Topband: Improve efficiency?

Guy Olinger K2AV olinger at bellsouth.net
Tue Nov 3 07:45:48 PST 2009


The amount of RF energy absorbed by a supporting or nearby tree is
controversial. There is no accepted defining work on the RF loss effects of
forest around a vertical, and some minor work was unable to adjust for
micro-local changes in ground conductivity around the trees.

Some interesting anecdotal-level experiments that suggest that there is no
great loss.  W8JI once took a one foot by three foot section of green tree
trunk and measured its RF resistance in the long direction.  It was in the
K-ohms, which would not support any significant current. Note that K-ohms is
what we consider a good block for common mode current on coax shield.
Intuitively once the sap is down, most water in a trunk is trapped in cells,
and that water is never salty.

Though wet wood is not a good thing to use for a HV insulator at the end of
a conductor with HV RF on it, neither is it conductive enough (in the tens
of ohms) to allow enough current to produce significant loss.

If one ran a wire up a tree tacked down to the bark or held to within an
inch of bark by some device, then dielectric loss would clearly be involved.
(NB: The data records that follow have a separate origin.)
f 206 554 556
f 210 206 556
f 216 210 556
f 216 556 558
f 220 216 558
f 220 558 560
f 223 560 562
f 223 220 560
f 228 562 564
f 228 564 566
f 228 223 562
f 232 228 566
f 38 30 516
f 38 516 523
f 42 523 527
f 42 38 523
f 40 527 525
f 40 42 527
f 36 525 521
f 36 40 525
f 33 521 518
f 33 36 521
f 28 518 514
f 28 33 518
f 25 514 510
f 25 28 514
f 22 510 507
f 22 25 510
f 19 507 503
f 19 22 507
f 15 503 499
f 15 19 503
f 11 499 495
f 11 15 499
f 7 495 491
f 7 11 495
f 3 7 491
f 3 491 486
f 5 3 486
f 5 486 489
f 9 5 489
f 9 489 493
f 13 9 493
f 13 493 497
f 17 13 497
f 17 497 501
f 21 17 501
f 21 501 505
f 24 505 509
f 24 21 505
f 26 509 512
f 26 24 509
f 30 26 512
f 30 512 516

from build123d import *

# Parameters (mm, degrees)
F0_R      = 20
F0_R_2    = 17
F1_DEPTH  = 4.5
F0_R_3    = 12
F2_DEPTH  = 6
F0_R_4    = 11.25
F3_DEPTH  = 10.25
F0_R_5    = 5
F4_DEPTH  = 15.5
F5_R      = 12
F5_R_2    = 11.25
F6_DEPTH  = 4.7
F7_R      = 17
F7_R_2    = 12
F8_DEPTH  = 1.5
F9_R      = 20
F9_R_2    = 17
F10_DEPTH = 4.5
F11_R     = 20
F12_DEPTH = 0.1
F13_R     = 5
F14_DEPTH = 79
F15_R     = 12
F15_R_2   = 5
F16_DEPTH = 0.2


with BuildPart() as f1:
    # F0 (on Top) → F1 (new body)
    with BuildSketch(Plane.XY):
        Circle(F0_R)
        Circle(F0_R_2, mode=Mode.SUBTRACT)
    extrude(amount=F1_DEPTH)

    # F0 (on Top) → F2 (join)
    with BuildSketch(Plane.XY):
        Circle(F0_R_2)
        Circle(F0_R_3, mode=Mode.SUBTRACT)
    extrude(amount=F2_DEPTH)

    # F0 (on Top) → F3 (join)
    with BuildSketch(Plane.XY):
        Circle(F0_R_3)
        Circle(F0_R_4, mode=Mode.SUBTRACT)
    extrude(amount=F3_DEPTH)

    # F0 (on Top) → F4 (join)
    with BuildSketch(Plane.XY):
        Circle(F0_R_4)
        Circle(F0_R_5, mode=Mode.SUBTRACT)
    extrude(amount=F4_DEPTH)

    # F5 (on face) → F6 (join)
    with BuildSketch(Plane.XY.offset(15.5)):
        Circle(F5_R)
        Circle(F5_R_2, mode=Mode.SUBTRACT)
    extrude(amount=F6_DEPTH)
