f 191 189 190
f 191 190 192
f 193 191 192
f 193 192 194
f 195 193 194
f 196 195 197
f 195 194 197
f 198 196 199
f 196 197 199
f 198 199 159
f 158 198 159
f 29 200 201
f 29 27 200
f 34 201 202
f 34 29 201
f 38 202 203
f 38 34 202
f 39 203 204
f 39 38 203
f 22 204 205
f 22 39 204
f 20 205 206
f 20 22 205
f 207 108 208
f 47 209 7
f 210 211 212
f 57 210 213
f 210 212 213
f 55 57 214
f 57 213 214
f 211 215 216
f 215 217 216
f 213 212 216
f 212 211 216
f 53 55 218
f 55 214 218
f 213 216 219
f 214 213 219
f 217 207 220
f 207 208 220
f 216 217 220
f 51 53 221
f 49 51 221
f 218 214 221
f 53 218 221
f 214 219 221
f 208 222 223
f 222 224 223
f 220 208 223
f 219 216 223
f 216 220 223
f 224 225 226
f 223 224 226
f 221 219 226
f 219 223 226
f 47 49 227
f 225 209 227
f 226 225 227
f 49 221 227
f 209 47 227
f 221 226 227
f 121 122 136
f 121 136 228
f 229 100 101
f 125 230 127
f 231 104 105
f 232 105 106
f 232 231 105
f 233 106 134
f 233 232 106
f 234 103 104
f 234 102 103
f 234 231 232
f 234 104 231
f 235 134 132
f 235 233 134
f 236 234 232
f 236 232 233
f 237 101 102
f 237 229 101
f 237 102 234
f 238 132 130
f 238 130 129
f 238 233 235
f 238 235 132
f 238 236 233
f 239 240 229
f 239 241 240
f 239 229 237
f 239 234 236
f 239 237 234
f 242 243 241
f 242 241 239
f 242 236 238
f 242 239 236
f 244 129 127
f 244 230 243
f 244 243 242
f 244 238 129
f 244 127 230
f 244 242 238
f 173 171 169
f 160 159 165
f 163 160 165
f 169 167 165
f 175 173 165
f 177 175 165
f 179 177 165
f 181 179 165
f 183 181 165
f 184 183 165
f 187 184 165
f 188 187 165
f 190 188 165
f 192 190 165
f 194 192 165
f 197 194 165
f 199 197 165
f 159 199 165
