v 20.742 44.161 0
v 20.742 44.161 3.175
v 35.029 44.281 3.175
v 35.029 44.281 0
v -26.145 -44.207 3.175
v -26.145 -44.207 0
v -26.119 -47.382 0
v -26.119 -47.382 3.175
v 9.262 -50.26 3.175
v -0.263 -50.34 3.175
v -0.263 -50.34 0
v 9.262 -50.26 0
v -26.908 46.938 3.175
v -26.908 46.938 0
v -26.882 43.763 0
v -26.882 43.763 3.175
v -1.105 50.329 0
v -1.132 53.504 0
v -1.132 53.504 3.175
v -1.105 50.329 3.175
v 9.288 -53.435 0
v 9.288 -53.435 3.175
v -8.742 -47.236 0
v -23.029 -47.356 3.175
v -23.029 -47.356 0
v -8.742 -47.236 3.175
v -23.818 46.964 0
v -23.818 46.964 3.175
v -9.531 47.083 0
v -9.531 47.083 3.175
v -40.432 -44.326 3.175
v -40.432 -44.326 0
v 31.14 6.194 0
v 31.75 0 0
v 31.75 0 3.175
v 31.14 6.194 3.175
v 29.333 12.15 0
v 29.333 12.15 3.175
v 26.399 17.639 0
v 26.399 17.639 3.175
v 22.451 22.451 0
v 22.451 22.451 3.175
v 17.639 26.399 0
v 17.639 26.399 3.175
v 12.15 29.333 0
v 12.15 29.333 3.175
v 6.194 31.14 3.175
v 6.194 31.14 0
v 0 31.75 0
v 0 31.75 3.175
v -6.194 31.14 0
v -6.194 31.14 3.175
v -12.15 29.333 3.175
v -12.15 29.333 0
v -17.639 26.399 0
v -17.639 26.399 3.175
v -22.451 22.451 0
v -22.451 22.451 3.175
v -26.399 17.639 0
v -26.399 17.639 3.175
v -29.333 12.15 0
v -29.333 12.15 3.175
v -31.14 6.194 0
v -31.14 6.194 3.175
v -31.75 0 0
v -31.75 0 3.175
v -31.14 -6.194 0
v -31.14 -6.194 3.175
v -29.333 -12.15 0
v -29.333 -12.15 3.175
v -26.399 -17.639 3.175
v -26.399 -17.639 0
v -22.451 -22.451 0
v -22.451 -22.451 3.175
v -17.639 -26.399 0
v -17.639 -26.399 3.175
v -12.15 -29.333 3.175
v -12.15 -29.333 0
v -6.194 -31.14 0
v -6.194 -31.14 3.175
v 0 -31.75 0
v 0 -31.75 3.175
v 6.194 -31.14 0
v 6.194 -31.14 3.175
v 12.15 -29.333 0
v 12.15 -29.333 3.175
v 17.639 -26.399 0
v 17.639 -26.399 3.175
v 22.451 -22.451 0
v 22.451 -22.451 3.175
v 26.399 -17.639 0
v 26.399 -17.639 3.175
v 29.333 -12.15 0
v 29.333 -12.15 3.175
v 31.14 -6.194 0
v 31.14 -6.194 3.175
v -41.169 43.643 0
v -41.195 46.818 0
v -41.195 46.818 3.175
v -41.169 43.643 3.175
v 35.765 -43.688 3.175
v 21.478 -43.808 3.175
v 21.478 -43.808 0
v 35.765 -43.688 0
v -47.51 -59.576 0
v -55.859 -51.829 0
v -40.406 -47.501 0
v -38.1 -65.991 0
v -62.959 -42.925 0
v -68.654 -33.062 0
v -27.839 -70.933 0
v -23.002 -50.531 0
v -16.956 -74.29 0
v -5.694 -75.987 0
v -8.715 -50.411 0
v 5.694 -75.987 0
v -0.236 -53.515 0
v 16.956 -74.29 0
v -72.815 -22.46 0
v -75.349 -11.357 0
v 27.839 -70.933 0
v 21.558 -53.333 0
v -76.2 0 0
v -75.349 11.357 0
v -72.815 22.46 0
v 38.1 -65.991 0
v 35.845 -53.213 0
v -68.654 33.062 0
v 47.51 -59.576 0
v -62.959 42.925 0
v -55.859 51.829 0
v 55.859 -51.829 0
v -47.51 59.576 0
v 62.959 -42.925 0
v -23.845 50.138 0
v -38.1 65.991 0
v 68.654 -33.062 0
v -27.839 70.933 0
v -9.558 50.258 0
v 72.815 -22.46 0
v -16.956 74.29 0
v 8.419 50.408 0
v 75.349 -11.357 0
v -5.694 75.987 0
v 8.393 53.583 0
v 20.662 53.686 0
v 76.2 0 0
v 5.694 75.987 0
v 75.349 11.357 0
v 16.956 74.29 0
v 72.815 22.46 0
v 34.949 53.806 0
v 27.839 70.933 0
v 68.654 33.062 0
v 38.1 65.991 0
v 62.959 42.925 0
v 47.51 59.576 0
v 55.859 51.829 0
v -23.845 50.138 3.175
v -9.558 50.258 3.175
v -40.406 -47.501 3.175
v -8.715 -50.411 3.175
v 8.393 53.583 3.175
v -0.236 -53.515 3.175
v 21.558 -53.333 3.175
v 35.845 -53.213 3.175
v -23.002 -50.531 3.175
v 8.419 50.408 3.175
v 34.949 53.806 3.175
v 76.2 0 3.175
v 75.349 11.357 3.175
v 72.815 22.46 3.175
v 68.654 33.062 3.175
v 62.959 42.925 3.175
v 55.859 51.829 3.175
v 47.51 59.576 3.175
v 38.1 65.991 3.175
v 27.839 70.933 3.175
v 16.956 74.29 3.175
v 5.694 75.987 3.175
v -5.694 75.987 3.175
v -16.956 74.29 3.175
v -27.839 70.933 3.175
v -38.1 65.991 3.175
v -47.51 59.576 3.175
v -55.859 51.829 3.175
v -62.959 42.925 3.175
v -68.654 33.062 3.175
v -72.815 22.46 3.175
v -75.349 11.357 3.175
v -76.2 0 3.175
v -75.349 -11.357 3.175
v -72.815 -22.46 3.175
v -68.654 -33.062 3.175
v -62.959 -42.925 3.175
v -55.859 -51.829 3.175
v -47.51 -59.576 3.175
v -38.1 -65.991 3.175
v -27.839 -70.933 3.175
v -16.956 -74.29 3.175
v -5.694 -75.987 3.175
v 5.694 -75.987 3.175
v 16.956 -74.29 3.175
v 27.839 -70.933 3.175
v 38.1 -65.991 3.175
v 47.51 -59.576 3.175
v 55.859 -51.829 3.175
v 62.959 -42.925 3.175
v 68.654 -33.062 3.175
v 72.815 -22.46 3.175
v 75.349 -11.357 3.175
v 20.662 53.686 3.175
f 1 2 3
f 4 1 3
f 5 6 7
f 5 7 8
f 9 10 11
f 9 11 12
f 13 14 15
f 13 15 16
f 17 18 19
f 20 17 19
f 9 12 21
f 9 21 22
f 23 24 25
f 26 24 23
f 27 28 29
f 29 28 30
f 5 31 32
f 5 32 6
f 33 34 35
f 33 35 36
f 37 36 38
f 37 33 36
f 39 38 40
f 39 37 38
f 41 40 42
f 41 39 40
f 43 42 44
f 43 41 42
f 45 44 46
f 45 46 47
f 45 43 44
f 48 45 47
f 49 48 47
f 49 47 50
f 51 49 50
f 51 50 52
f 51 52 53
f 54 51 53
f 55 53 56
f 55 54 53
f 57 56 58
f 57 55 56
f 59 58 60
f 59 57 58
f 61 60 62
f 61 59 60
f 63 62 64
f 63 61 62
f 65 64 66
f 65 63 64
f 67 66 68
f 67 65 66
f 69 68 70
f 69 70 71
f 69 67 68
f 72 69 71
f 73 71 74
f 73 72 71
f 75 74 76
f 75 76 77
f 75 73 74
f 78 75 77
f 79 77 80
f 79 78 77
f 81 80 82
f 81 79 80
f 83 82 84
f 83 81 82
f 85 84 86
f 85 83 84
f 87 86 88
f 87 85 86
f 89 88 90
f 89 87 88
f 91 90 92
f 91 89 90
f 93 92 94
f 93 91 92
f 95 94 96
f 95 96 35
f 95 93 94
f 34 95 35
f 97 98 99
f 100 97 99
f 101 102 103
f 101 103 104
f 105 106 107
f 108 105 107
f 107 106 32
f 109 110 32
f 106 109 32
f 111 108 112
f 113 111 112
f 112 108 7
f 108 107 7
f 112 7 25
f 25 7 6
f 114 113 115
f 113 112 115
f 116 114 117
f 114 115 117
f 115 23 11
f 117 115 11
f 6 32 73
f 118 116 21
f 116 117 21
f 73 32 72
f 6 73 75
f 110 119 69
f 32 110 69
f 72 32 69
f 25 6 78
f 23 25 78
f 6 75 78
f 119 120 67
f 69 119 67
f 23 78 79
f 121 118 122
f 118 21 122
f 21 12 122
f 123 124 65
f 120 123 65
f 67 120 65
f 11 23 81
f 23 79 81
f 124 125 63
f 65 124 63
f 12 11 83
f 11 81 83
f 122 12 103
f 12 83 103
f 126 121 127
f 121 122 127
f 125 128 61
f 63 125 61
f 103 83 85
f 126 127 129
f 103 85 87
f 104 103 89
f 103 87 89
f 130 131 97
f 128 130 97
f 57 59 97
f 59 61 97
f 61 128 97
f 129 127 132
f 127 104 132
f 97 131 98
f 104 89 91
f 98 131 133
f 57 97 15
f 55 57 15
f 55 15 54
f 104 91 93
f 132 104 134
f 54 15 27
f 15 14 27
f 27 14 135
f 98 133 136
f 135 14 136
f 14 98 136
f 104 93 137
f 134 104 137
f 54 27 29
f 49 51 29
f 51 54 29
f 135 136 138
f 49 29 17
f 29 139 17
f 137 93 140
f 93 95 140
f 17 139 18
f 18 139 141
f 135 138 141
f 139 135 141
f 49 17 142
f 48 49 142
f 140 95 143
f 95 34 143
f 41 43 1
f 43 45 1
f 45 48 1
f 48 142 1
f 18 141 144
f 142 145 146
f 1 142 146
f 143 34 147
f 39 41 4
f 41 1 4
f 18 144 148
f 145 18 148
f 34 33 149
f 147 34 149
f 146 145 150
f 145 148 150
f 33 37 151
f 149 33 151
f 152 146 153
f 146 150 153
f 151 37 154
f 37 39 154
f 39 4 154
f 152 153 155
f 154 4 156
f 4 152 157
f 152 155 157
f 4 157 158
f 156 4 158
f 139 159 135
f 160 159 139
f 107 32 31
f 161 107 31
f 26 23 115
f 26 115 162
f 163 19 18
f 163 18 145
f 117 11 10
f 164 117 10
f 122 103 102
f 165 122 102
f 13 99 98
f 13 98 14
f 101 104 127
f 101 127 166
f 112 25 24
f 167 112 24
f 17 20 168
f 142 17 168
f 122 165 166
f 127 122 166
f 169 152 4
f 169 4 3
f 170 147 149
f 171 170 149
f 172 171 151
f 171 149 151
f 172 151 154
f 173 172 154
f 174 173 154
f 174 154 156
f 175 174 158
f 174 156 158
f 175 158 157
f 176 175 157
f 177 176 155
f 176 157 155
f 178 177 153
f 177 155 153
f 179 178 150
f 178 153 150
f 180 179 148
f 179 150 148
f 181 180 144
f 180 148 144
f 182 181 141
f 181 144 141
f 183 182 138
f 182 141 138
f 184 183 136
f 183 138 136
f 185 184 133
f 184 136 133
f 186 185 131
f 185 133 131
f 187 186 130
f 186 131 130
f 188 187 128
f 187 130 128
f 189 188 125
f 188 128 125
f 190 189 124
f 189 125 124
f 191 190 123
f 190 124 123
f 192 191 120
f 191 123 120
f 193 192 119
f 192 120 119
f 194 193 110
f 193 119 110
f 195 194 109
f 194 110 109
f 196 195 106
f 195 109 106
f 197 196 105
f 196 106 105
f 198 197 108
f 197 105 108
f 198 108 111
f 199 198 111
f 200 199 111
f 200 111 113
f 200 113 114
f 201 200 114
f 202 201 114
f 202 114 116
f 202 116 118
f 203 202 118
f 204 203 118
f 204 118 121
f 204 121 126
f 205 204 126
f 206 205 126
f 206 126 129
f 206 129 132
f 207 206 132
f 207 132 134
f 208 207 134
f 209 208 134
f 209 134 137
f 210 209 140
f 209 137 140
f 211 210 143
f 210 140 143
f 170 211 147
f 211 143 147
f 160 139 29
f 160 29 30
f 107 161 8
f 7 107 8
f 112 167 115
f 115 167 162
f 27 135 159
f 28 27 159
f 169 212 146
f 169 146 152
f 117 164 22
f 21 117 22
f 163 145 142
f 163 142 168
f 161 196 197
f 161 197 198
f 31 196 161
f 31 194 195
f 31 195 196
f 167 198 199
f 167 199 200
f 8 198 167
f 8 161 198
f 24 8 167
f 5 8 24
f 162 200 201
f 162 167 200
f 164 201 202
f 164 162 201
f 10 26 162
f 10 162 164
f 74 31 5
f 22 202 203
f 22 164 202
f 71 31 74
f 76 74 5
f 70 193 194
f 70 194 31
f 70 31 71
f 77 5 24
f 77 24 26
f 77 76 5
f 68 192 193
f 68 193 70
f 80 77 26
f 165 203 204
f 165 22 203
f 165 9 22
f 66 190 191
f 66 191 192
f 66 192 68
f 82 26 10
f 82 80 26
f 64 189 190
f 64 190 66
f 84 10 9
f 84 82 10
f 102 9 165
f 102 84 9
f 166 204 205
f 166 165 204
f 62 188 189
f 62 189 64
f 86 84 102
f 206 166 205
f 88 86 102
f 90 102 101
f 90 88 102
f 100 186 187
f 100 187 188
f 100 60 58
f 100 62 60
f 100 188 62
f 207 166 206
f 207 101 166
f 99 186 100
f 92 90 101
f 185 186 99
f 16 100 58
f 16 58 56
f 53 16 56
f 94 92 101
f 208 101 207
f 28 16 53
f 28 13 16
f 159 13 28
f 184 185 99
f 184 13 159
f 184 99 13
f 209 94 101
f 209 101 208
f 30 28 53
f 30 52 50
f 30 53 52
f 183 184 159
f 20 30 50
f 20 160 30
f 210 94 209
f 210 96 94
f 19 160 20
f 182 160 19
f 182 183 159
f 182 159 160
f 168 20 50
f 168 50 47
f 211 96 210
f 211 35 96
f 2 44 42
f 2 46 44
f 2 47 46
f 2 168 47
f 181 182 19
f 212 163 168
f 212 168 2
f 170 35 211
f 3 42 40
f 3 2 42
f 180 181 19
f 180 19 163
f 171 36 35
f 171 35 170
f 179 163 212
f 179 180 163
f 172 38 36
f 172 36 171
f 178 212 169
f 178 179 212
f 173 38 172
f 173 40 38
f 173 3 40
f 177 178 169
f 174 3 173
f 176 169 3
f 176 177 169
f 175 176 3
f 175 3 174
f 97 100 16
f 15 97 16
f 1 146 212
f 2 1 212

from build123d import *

# Parameters (mm, degrees)
SKETCH1_R           = 76.2
SKETCH1_R_2         = 31.75
BOSS_EXTRUDE1_DEPTH = 3.175
CAVITY1_START       = -53.511255689
CAVITY1_OUTLINE_W   = 14.2875
CAVITY1_OUTLINE_H   = 3.175
CAVITY1_DEPTH       = 9.525
CAVITY1_START_2     = 43.986255689
CAVITY1_2_OUTLINE_W = 14.2875
CAVITY1_2_OUTLINE_H = 3.175
CAVITY1_2_DEPTH     = 9.525
CAVITY1_START_3     = -50.336255689
CAVITY1_3_OUTLINE_W = 14.2875
CAVITY1_3_OUTLINE_H = 3.175
CAVITY1_3_DEPTH     = 3.175
CAVITY1_START_4     = -47.161255689
CAVITY1_4_OUTLINE_W = 14.2875
CAVITY1_4_OUTLINE_H = 3.175
CAVITY1_4_DEPTH     = 3.175
CAVITY1_5_OUTLINE_W = 14.2875
CAVITY1_5_OUTLINE_H = 3.175
CAVITY1_5_DEPTH     = 3.175
CAVITY1_START_5     = 47.161255689
CAVITY1_6_OUTLINE_W = 14.2875
CAVITY1_6_OUTLINE_H = 3.175
CAVITY1_6_DEPTH     = 3.175
CAVITY1_7_OUTLINE_W = 9.525
CAVITY1_7_OUTLINE_H = 3.175
CAVITY1_7_DEPTH     = 3.175
CAVITY1_START_6     = 50.336255689
CAVITY1_8_OUTLINE_W = 9.525
CAVITY1_8_OUTLINE_H = 3.175
CAVITY1_8_DEPTH     = 3.175


# Read off the part's stored shape, not the designer's step: Cavity1
with BuildPart() as part:
    # Sketch1 → Boss-Extrude1 (new body)
    with BuildSketch(Plane.XY):
        Circle(SKETCH1_R)
        Circle(SKETCH1_R_2, mode=Mode.SUBTRACT)
    extrude(amount=BOSS_EXTRUDE1_DEPTH)

    # Cavity1 outline → Cavity1 (cut)
    with BuildSketch(Plane(origin=(0, 0, 0), x_dir=(0.9999649697426024, 0.008370142631770718, 0), z_dir=(0.008370142631770716, -0.9999649697426025, 0)).offset(CAVITY1_START)):
        with Locations((28.254299641, 1.5875)):
            Rectangle(CAVITY1_OUTLINE_W, CAVITY1_OUTLINE_H)
    extrude(amount=CAVITY1_DEPTH, mode=Mode.SUBTRACT)

    # Cavity1 2 outline → Cavity1 2 (cut)
    with BuildSketch(Plane(origin=(0, 0, 0), x_dir=(0.9999649697426024, 0.008370142631770718, 0), z_dir=(0.008370142631770716, -0.9999649697426025, 0)).offset(CAVITY1_START_2)):
        with Locations((28.254299641, 1.5875)):
            Rectangle(CAVITY1_2_OUTLINE_W, CAVITY1_2_OUTLINE_H)
    extrude(amount=CAVITY1_2_DEPTH, mode=Mode.SUBTRACT)

    # Cavity1 3 outline → Cavity1 3 (cut)
    with BuildSketch(Plane(origin=(0, 0, 0), x_dir=(0.9999649697426024, 0.008370142631770718, 0), z_dir=(0.008370142631770716, -0.9999649697426025, 0)).offset(CAVITY1_START_3)):
        with Locations((-16.280608677, 1.5875)):
            Rectangle(CAVITY1_3_OUTLINE_W, CAVITY1_3_OUTLINE_H)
There is no reasearch money out there screaming for the answers to these
questions and most hams have day jobs.  Careful definitive work to answer
these questions is suprisingly difficult and drawn out, with enormous
variations in weather, soil, etc to work out.  One is easily talking about
tens of thousands of measurements taken in hundreds of locations with many
species of trees over several years, and some very careful definitions and
methods established up front with experienced researchers.

If the research was NOT done with the kind of peer review and oversight
attendant a PhD dissertation, it probably would not definitively serve the
amateur community.  We have enough unvalidated opinions (however sincerely
held) and over-simplifications in the ether to suffice as jist for reflector
arguments.

As to whether the top 10-20% of a 160 meter vertical is bent, I defy anyone
to detect such a difference at the RX end.  if nothing else, the percentage
of RF radiated from a given section of wire is proportional to the current
density in the section as a percentage of the summation of all current. How
much current flows at the end parts of a wire antenna?

 Having great TX signals with amps and big TX antennas with dink RX is a
problem associated with too-high levels of testosterone.

If I were Lew, unless he's clearly maxed out on RX and done all he can do,
I'd set pat on those TX antennas and concentrate on RX antennas.  On 160 it
is often reported that there are people hearing our CQ's and calling that we
are not hearing, that's WE'RE NOT HEARING.

The real secret to top band is being the guy who can always hear and work
the QRP ops.

Regards to all, and luck on top band this fall,

Guy, K2AV


On Tue, Nov 3, 2009 at 4:38 AM, DAVID CUTHBERT <telegrapher9 at gmail.com>wrote:

> Lew,
>
> I'm thinking that the close spacing between each tree and each vertical is
> absorbing a significant amount of signal. How much I don't know.